Can Merge Sort Tree find sum of K-th largest elements, in range [l, r] if the elements are not unique?

Question

See below code:

vector<long long> temp;
for (int i = l; i <= r; ++i)
{
    temp.push_back(holes[i]);
}
sort(temp.rbegin(), temp.rend());
long long needed_H2 = 0;
for (int i = K; i < temp.size(); ++i)
{
    needed_H2 += temp[i];
}

Basically, it copies some range [l, r] of original array, sorts it in non-ascending order and then finds sum of this range omitting first K greatest element.

$N$ is size of array on which we will make range queries.

I need to achieve the same in like $O(log^2 N)$ time complexity (if possible), and I wonder about Merge Sort Tree (MST) specifically. If the values would be unique - then I see solution in $O(log^2 N * log M)$ where $M$ is maximum value we will ever potentially check in binary search. The $log^2 N$ factor is due to traversing Merge Sort Tree, and at every node which is in range we look for, we will also do binary search (lower bound) to find first value greater than $X$ given by binary search. So, we perform binary search on the MST asking "how many elements are greater than X" and if we find X such that returned count is equal to K (it must happen if elements are unique and we have more elements than K). To find sum of these K-th largest elements, on MST we can also store prefix sums of sorted ranges which every MST node already stores.

But what if the element are not unique? Can we also solve it?

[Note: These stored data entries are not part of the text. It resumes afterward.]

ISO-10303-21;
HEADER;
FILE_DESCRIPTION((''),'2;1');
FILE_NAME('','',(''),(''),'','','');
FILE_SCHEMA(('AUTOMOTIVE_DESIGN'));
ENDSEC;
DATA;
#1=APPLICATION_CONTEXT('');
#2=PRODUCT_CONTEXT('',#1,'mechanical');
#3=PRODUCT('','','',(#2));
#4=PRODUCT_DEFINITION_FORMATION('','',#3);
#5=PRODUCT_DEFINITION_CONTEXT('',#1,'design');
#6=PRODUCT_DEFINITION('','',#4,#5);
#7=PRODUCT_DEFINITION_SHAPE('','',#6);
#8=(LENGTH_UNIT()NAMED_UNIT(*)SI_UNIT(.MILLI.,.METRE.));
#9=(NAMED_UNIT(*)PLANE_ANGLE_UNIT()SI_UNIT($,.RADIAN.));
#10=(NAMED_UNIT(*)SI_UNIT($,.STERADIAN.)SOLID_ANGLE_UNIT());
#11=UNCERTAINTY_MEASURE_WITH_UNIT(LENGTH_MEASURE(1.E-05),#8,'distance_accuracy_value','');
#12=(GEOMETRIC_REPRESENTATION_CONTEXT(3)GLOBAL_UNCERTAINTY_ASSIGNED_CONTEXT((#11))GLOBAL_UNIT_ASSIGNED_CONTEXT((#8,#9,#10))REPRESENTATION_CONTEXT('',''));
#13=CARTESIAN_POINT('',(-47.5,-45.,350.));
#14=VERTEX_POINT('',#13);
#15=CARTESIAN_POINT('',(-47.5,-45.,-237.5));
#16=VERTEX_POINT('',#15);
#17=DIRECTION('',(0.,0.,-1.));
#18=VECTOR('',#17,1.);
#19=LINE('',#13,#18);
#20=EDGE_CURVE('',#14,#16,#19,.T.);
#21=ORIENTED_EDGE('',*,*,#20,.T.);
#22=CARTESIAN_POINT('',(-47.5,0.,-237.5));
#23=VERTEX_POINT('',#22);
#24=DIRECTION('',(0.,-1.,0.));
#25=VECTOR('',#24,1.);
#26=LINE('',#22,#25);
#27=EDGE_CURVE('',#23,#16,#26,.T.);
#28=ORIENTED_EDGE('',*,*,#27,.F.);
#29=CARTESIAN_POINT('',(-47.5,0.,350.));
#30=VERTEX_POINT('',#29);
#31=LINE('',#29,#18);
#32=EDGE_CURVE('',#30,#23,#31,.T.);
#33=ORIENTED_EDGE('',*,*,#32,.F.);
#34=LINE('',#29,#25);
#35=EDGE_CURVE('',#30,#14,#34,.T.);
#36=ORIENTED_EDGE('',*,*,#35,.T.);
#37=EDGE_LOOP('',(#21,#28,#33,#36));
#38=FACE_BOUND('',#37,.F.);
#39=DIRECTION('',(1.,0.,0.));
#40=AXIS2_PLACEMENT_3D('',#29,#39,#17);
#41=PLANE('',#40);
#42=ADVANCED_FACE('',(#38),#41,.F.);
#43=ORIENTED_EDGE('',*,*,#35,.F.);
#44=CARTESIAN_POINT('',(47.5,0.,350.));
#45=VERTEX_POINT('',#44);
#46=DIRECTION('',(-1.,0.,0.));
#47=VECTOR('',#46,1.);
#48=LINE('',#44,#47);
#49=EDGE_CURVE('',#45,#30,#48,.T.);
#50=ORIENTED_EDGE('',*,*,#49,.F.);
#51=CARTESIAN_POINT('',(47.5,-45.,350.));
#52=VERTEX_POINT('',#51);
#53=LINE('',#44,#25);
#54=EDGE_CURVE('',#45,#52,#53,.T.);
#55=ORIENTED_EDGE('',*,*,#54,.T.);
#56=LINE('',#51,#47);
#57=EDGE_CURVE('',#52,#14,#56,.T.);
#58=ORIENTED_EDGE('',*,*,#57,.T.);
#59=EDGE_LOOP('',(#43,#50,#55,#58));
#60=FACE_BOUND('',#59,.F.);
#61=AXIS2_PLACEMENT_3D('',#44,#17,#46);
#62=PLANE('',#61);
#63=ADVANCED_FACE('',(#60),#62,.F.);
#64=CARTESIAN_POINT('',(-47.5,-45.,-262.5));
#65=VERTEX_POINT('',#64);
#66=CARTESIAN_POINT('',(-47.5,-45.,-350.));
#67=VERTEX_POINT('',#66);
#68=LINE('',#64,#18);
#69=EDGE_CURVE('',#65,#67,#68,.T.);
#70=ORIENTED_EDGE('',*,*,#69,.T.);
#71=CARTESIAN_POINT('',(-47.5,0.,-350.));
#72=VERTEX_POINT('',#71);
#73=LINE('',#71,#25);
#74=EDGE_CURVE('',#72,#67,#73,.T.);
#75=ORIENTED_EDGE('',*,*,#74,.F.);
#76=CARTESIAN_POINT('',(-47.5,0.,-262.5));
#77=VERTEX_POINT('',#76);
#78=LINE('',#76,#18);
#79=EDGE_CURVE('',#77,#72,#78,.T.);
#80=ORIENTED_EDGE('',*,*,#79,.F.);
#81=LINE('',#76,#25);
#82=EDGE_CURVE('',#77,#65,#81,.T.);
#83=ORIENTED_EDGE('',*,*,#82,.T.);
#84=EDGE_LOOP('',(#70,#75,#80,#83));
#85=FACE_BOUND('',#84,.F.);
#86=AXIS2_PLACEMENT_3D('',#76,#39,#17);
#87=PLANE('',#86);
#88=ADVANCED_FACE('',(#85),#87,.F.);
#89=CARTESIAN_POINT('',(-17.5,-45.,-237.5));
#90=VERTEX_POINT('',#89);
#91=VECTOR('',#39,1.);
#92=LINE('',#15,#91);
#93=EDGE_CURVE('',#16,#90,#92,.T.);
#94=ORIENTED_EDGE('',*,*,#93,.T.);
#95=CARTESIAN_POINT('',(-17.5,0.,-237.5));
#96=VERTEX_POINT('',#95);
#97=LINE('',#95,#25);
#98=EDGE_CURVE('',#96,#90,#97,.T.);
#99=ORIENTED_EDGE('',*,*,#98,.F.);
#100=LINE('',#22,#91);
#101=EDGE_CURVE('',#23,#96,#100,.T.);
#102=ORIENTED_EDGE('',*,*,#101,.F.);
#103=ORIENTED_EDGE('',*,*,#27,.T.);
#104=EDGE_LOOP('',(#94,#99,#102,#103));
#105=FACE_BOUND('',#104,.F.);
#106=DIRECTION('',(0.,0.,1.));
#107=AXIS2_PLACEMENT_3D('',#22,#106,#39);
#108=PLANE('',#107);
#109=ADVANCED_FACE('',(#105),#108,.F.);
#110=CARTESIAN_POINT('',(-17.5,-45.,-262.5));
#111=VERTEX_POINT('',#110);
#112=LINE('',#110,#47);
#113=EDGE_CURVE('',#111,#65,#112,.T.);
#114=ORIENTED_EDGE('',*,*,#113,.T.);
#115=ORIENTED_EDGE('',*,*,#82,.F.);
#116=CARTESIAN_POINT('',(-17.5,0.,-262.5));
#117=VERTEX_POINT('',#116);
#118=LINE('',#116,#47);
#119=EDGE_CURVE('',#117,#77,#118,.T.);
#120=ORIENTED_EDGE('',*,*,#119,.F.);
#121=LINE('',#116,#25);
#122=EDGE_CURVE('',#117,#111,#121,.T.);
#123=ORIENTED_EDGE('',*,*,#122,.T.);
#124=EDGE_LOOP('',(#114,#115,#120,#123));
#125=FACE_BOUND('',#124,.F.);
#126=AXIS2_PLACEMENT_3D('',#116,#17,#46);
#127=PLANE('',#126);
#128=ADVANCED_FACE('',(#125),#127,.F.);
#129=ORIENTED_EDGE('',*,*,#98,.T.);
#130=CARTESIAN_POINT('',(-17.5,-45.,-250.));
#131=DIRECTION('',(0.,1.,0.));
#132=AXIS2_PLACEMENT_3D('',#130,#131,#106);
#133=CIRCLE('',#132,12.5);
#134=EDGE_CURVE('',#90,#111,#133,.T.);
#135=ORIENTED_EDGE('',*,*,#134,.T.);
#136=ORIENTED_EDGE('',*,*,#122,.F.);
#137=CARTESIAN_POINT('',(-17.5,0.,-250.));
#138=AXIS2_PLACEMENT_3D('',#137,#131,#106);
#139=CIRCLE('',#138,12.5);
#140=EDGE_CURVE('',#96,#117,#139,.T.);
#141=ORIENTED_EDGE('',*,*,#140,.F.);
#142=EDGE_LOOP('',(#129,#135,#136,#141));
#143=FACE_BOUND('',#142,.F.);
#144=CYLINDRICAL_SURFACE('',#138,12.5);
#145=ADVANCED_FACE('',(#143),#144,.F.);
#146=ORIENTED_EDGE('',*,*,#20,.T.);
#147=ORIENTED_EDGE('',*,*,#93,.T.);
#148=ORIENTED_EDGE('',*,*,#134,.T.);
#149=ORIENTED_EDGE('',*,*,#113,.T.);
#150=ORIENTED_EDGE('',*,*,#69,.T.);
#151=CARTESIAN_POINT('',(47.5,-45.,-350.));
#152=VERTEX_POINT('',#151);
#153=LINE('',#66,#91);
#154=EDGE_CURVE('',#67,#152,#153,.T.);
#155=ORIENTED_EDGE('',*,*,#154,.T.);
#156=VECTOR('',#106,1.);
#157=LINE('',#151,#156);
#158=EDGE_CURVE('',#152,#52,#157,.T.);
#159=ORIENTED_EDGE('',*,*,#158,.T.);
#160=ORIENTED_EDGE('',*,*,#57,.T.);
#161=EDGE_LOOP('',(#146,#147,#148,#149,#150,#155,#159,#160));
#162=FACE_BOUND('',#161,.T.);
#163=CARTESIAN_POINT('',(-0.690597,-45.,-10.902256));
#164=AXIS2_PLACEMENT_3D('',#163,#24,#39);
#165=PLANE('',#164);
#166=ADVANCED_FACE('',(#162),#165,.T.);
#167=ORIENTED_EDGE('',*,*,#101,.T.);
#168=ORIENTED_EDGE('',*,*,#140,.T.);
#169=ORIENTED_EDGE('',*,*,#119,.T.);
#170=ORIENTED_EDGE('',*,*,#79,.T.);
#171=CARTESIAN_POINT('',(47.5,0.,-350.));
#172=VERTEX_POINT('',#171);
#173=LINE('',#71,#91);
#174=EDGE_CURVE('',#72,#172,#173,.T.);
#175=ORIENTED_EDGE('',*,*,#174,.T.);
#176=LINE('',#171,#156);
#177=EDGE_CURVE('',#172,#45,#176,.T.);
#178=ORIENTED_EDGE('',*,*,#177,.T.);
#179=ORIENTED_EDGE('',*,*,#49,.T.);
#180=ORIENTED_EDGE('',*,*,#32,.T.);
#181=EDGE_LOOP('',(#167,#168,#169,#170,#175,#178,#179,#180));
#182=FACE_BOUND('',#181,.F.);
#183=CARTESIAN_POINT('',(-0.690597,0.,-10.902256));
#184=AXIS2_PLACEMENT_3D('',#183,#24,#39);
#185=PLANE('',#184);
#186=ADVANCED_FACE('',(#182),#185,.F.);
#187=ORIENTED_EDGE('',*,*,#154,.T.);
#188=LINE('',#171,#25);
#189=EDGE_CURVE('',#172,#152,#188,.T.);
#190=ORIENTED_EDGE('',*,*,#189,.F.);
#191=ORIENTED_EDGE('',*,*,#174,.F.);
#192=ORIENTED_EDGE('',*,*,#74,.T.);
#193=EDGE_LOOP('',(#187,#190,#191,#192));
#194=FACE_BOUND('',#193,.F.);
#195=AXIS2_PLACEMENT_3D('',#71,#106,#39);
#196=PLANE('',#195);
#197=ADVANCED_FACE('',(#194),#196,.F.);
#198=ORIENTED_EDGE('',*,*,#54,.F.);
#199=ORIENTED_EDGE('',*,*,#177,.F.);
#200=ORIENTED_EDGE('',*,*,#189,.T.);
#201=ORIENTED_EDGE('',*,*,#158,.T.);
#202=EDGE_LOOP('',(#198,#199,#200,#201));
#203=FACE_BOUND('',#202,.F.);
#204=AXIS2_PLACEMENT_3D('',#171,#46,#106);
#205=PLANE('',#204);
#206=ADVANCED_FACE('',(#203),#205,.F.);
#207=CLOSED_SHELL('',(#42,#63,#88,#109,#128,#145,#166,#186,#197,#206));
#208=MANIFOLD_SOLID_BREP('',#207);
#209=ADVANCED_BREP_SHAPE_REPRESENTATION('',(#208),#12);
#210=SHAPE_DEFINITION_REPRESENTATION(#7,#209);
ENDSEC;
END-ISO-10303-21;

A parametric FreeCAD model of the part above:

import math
import FreeCAD as App
import Part
import Sketcher
from FreeCAD import Vector

doc = App.newDocument("Part")
body = doc.addObject("PartDesign::Body", "Body")

# Sketch on XZ plane
sketch1 = body.newObject("Sketcher::SketchObject", "Sketch")
sketch1.AttachmentSupport = (doc.getObject("XZ_Plane"), [""])
sketch1.MapMode = "FlatFace"
sketch1.addGeometry([
    Part.LineSegment(Vector(48, 350, 0), Vector(-48, 350, 0)),  # 0
    Part.LineSegment(Vector(-48, 350, 0), Vector(-48, -238, 0)),  # 1
    Part.LineSegment(Vector(-48, -238, 0), Vector(-18, -238, 0)),  # 2
    Part.ArcOfCircle(Part.Circle(Vector(-18, -250, 0), Vector(0, 0, 1), 12), math.radians(-90), math.radians(90)),  # 3
    Part.LineSegment(Vector(-18, -262, 0), Vector(-48, -262, 0)),  # 4
    Part.LineSegment(Vector(-48, -262, 0), Vector(-48, -350, 0)),  # 5
    Part.LineSegment(Vector(-48, -350, 0), Vector(48, -350, 0)),  # 6
    Part.LineSegment(Vector(48, -350, 0), Vector(48, 350, 0)),  # 7
], False)
sketch1.addConstraint([
    Sketcher.Constraint("Coincident", 0, 2, 1, 1),
    Sketcher.Constraint("Coincident", 1, 2, 2, 1),
    Sketcher.Constraint("Tangent", 2, 2, 3, 2),
    Sketcher.Constraint("Tangent", 3, 1, 4, 1),
    Sketcher.Constraint("Coincident", 4, 2, 5, 1),
    Sketcher.Constraint("Coincident", 5, 2, 6, 1),
    Sketcher.Constraint("Coincident", 6, 2, 7, 1),
    Sketcher.Constraint("Coincident", 7, 2, 0, 1),
    Sketcher.Constraint("Horizontal", 0),
    Sketcher.Constraint("Vertical", 1),
    Sketcher.Constraint("Horizontal", 2),
    Sketcher.Constraint("Horizontal", 4),
    Sketcher.Constraint("Vertical", 5),
    Sketcher.Constraint("Horizontal", 6),
    Sketcher.Constraint("Vertical", 7),
    Sketcher.Constraint("Symmetric", 0, 2, 6, 2, -1, 1),
    Sketcher.Constraint("Vertical", 1, 2, 4, 2),
    Sketcher.Constraint("Radius", 3, 12.5),
    Sketcher.Constraint("DistanceX", 0, 2, 0, 1, 95.0),
    Sketcher.Constraint("DistanceX", 2, 1, 2, 2, 30.0),
    Sketcher.Constraint("DistanceY", 7, 1, 7, 2, 700.0),
    Sketcher.Constraint("DistanceY", 1, 2, 1, 1, 587.5),
])
pad1 = body.newObject("PartDesign::Pad", "Pad")
pad1.Profile = sketch1
pad1.Length = 45

doc.recompute()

Lets say count of elements greater than given val is C.

I tried finding minimum value such that the $C >= K$, and then do some adjustmens using minimum value (because I think that if we would exclude all minimum elements from range, so we would search for a minimally greater val such that the C will change,then we would find $C < K$, because the C we found before was the minimal greater than K). At the end, we would substract from sum found on range the (minimum value * ($C - K$))

I wrote code, but unfortunately, it doesnt work as expected. I spent much time debugging, so I think there's something wrong this above idea.

So, can we find sum of first K largest elements in range [l, r] using Merge Sort Tree?

Answer 1

Suppose you have your merge sort tree built. I believe you can, in $\log^2(n)$ time, for given $x$ find the number of elements in range $[l,r]$ that are $\geq x$. Seeing this as a function of $x$, it is monotonic. I.e. for $y\geq x$ there cannot be less elements $\geq y$ than $\geq x$. So at this point I think you just want to look for the boundary $x'$ such that $|\{y \in [l,r] \wedge y \geq x'\}| \geq k$ and $|\{y\in [l,r] \wedge y \geq x' + 1\}|$ < k. Now, you know that you need to sum everything after (and including) $x'+1$ in the range, which you can do with your prefix sum. And then you need to find the remainder to k.

You can still achieve the time complexity $\log^2(n)\cdot \log M$ or even $\log^3(n)$ because you can binary search only over the at most $n$ numbers in the array.

Does this help?